---------- ENTRIES PROVIDED ----------

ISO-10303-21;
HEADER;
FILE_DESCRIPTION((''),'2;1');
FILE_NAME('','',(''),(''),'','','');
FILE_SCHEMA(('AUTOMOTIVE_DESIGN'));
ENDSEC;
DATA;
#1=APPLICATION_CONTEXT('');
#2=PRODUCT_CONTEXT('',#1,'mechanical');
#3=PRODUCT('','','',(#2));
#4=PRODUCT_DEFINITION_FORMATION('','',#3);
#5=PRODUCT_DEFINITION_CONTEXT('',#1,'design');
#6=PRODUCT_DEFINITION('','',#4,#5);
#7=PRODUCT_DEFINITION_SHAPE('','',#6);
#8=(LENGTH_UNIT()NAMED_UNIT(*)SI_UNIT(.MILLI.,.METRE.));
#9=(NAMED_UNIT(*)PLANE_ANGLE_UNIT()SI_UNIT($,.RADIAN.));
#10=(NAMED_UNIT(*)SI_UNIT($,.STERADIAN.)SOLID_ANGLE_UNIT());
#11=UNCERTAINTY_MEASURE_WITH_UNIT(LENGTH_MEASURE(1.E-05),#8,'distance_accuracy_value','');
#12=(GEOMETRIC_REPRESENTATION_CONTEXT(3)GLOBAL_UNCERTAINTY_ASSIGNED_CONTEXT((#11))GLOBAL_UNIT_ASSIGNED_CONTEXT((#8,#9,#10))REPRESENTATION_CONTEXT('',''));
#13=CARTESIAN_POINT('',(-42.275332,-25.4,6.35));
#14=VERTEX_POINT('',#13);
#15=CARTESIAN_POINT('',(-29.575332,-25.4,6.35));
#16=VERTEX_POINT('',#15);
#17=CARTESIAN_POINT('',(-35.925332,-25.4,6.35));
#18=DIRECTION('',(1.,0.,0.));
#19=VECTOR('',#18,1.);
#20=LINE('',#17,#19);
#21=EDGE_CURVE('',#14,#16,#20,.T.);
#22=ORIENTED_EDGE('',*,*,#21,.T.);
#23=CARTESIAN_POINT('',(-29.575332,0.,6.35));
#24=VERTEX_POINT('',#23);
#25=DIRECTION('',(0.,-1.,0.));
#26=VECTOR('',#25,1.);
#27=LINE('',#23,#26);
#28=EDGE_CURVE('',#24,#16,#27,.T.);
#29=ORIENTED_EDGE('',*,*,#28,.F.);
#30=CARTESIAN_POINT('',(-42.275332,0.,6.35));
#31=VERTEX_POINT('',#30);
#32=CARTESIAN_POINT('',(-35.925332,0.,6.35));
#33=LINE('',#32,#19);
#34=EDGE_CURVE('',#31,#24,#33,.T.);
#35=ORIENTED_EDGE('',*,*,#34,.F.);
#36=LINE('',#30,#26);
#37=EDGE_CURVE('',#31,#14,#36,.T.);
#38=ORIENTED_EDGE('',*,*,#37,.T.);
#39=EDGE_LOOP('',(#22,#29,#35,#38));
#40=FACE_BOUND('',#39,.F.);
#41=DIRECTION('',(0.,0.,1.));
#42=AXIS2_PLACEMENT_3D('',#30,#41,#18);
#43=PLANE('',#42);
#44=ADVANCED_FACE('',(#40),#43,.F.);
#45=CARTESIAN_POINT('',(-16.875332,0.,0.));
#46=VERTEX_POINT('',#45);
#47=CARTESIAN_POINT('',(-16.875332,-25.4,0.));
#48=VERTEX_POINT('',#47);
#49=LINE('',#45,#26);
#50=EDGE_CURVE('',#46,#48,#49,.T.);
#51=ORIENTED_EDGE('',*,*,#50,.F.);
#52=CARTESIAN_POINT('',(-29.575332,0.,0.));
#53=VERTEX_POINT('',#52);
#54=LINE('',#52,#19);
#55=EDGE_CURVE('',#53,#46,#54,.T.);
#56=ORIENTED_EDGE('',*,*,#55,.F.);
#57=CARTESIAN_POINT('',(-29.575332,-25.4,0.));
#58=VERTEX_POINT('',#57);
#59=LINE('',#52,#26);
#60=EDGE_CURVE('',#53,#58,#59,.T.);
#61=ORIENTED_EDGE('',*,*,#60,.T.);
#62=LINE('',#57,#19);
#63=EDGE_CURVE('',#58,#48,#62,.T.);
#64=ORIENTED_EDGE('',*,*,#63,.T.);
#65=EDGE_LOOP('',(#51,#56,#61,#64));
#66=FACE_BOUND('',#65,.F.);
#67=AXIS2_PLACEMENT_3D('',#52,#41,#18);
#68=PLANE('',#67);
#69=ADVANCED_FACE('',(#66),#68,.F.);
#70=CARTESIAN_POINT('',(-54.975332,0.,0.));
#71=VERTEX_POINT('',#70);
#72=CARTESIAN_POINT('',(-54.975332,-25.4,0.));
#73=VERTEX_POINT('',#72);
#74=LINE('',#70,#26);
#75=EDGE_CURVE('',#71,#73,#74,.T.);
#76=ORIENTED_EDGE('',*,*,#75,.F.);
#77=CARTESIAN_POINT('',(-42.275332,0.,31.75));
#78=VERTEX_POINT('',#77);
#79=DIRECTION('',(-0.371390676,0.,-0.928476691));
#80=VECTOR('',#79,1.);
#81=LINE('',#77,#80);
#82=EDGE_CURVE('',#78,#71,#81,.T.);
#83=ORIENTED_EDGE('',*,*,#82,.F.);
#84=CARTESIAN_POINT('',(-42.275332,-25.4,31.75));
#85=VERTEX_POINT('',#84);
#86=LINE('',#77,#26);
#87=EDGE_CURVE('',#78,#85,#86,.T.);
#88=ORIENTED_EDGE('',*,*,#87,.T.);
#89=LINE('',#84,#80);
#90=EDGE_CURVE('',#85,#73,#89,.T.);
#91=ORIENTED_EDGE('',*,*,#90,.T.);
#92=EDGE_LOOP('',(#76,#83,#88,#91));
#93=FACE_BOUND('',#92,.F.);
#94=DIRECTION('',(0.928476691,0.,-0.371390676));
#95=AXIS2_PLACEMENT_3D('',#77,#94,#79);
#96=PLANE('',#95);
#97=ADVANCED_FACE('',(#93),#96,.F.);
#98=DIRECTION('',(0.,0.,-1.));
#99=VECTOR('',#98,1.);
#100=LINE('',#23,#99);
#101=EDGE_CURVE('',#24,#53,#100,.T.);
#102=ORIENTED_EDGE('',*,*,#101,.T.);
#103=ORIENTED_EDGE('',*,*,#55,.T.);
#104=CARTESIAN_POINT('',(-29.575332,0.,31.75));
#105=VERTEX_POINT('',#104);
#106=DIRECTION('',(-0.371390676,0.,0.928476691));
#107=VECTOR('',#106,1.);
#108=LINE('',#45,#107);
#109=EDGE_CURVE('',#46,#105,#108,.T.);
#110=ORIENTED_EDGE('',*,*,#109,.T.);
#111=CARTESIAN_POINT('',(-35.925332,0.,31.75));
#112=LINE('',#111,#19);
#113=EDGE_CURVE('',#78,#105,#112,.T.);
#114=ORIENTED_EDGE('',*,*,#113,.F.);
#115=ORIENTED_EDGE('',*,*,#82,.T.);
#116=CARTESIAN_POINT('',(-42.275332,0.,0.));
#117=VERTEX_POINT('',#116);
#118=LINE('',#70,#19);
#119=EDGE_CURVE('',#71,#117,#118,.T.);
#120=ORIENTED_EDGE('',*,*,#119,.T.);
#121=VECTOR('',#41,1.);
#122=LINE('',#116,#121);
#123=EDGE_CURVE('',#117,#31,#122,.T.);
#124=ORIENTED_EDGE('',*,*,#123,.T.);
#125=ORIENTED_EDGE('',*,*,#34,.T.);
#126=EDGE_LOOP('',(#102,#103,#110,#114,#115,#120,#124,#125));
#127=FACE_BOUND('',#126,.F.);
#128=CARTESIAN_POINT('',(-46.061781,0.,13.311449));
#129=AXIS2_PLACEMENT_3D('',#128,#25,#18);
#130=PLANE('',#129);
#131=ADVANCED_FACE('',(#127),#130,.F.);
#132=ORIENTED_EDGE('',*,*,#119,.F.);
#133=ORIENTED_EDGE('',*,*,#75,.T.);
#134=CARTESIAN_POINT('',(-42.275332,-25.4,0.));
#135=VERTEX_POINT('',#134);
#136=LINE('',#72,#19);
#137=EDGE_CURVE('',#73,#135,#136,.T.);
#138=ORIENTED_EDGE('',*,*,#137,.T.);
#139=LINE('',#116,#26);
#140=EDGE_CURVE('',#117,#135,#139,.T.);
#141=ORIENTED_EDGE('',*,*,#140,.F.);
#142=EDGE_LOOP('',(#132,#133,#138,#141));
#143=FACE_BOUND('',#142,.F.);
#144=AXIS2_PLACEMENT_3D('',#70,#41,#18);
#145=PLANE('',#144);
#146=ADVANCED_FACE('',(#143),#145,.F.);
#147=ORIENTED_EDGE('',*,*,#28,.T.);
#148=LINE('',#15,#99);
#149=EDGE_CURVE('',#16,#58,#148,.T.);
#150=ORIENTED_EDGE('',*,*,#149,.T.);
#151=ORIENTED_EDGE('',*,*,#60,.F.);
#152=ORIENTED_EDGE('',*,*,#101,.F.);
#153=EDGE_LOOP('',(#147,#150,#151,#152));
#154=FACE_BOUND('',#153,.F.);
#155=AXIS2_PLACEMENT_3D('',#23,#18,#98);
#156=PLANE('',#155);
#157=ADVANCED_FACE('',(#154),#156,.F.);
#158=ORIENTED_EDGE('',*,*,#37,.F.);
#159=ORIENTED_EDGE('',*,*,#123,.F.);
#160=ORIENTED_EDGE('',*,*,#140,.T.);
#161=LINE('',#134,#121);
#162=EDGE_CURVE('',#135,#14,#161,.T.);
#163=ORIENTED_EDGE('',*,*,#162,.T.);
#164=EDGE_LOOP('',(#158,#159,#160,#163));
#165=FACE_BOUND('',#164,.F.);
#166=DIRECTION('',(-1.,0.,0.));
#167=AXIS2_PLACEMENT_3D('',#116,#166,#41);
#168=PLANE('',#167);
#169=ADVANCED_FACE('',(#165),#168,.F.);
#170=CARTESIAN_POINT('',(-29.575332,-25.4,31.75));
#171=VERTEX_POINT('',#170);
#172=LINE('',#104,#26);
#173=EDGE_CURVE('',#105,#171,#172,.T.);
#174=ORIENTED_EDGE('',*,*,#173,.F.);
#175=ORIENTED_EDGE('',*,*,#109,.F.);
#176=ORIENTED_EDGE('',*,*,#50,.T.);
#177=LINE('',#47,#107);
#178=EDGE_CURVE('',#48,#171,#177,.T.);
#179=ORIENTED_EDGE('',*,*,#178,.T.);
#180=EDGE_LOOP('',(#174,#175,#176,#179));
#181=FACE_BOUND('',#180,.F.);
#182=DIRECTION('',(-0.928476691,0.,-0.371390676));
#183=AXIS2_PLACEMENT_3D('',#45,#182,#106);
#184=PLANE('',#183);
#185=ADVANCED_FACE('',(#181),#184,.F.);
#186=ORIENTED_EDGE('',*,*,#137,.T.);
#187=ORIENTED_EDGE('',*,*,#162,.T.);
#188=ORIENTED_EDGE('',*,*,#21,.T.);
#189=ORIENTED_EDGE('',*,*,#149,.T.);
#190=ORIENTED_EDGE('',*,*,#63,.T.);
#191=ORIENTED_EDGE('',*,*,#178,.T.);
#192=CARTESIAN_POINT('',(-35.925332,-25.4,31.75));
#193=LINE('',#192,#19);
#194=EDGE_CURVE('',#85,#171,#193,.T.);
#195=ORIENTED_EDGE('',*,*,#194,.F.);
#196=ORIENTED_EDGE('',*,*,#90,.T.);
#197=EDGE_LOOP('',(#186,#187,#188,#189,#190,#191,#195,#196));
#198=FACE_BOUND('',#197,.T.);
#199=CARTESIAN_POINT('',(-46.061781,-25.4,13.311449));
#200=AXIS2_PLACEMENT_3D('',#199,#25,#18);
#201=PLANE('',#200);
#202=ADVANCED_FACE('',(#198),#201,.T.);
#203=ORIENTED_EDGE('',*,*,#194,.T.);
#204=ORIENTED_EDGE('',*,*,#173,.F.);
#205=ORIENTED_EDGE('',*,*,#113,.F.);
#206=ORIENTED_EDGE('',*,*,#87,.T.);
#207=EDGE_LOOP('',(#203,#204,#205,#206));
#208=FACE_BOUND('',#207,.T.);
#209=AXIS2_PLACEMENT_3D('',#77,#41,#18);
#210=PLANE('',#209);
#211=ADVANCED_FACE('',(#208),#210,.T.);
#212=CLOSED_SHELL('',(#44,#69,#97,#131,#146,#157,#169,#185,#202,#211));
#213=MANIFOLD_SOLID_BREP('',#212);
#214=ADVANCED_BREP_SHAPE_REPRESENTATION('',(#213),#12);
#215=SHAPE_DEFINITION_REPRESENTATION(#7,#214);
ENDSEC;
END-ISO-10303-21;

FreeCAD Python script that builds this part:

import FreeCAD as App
import Part
import Sketcher
from FreeCAD import Vector
Q = App.Units.Quantity


def add_polygon(sketch, points):
    """Adds a closed chain of lines whose ends are joined by coincident constraints."""
    first, n = sketch.GeometryCount, len(points)
    for a, b in zip(points, points[1:] + points[:1]):
        sketch.addGeometry(Part.LineSegment(App.Vector(*a, 0), App.Vector(*b, 0)), False)
    for i in range(n):
        sketch.addConstraint(Sketcher.Constraint("Coincident", first + i, 2, first + (i + 1) % n, 1))

doc = App.newDocument("Part")
body = doc.addObject("PartDesign::Body", "Body")

sketch1 = body.newObject("Sketcher::SketchObject", "Sketch")
sketch1.AttachmentSupport = (doc.getObject("XZ_Plane"), [""])
sketch1.MapMode = "FlatFace"
add_polygon(sketch1, [(-42.275332, 31.75), (-54.975332, 0), (-42.275332, 0), (-42.275332, 6.35), (-29.575332, 6.35), (-29.575332, 0), (-16.875332, 0), (-29.575332, 31.75)])
sketch1.addConstraint(Sketcher.Constraint("Horizontal", 1))
sketch1.addConstraint(Sketcher.Constraint("Vertical", 2))
sketch1.addConstraint(Sketcher.Constraint("Horizontal", 3))
sketch1.addConstraint(Sketcher.Constraint("Vertical", 4))
sketch1.addConstraint(Sketcher.Constraint("Horizontal", 5))
sketch1.addConstraint(Sketcher.Constraint("Horizontal", 7))
sketch1.addConstraint(Sketcher.Constraint("PointOnObject", 0, 2, -1))
sketch1.addConstraint(Sketcher.Constraint("PointOnObject", 4, 2, -1))
sketch1.addConstraint(Sketcher.Constraint("Vertical", 4, 2, 6, 2))
sketch1.addConstraint(Sketcher.Constraint("Vertical", 2, 2, 7, 2))
sketch1.addConstraint(Sketcher.Constraint("Equal", 1, 3))
sketch1.addConstraint(Sketcher.Constraint("Equal", 3, 5))
sketch1.addConstraint(Sketcher.Constraint("DistanceX", 1, 1, 1, 2, Q("0.5 in")))
sketch1.addConstraint(Sketcher.Constraint("DistanceY", 3, 2, 6, 2, Q("1 in")))
sketch1.addConstraint(Sketcher.Constraint("DistanceY", 2, 1, 2, 2, Q("0.25 in")))
sketch1.addConstraint(Sketcher.Constraint("DistanceX", 3, 2, -1, 1, Q("29.575332 mm")))
pad1 = body.newObject("PartDesign::Pad", "Pad")
pad1.Profile = sketch1
pad1.Length = Q("1 in")

doc.recompute()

----------

§ EXERCISE INSTRUCTIONS
Produce a word-for-word copy of everything above from the line holding "#210=PLANE('',#209);" down to the line holding "FreeCAD Python script", with both of those lines kept.

§ ANSWER FOR THIS EXERCISE
#210=PLANE('',#209);
#211=ADVANCED_FACE('',(#208),#210,.T.);
#212=CLOSED_SHELL('',(#44,#69,#97,#131,#146,#157,#169,#185,#202,#211));
#213=MANIFOLD_SOLID_BREP('',#212);
#214=ADVANCED_BREP_SHAPE_REPRESENTATION('',(#213),#12);
#215=SHAPE_DEFINITION_REPRESENTATION(#7,#214);
ENDSEC;
END-ISO-10303-21;

FreeCAD Python script that builds this part:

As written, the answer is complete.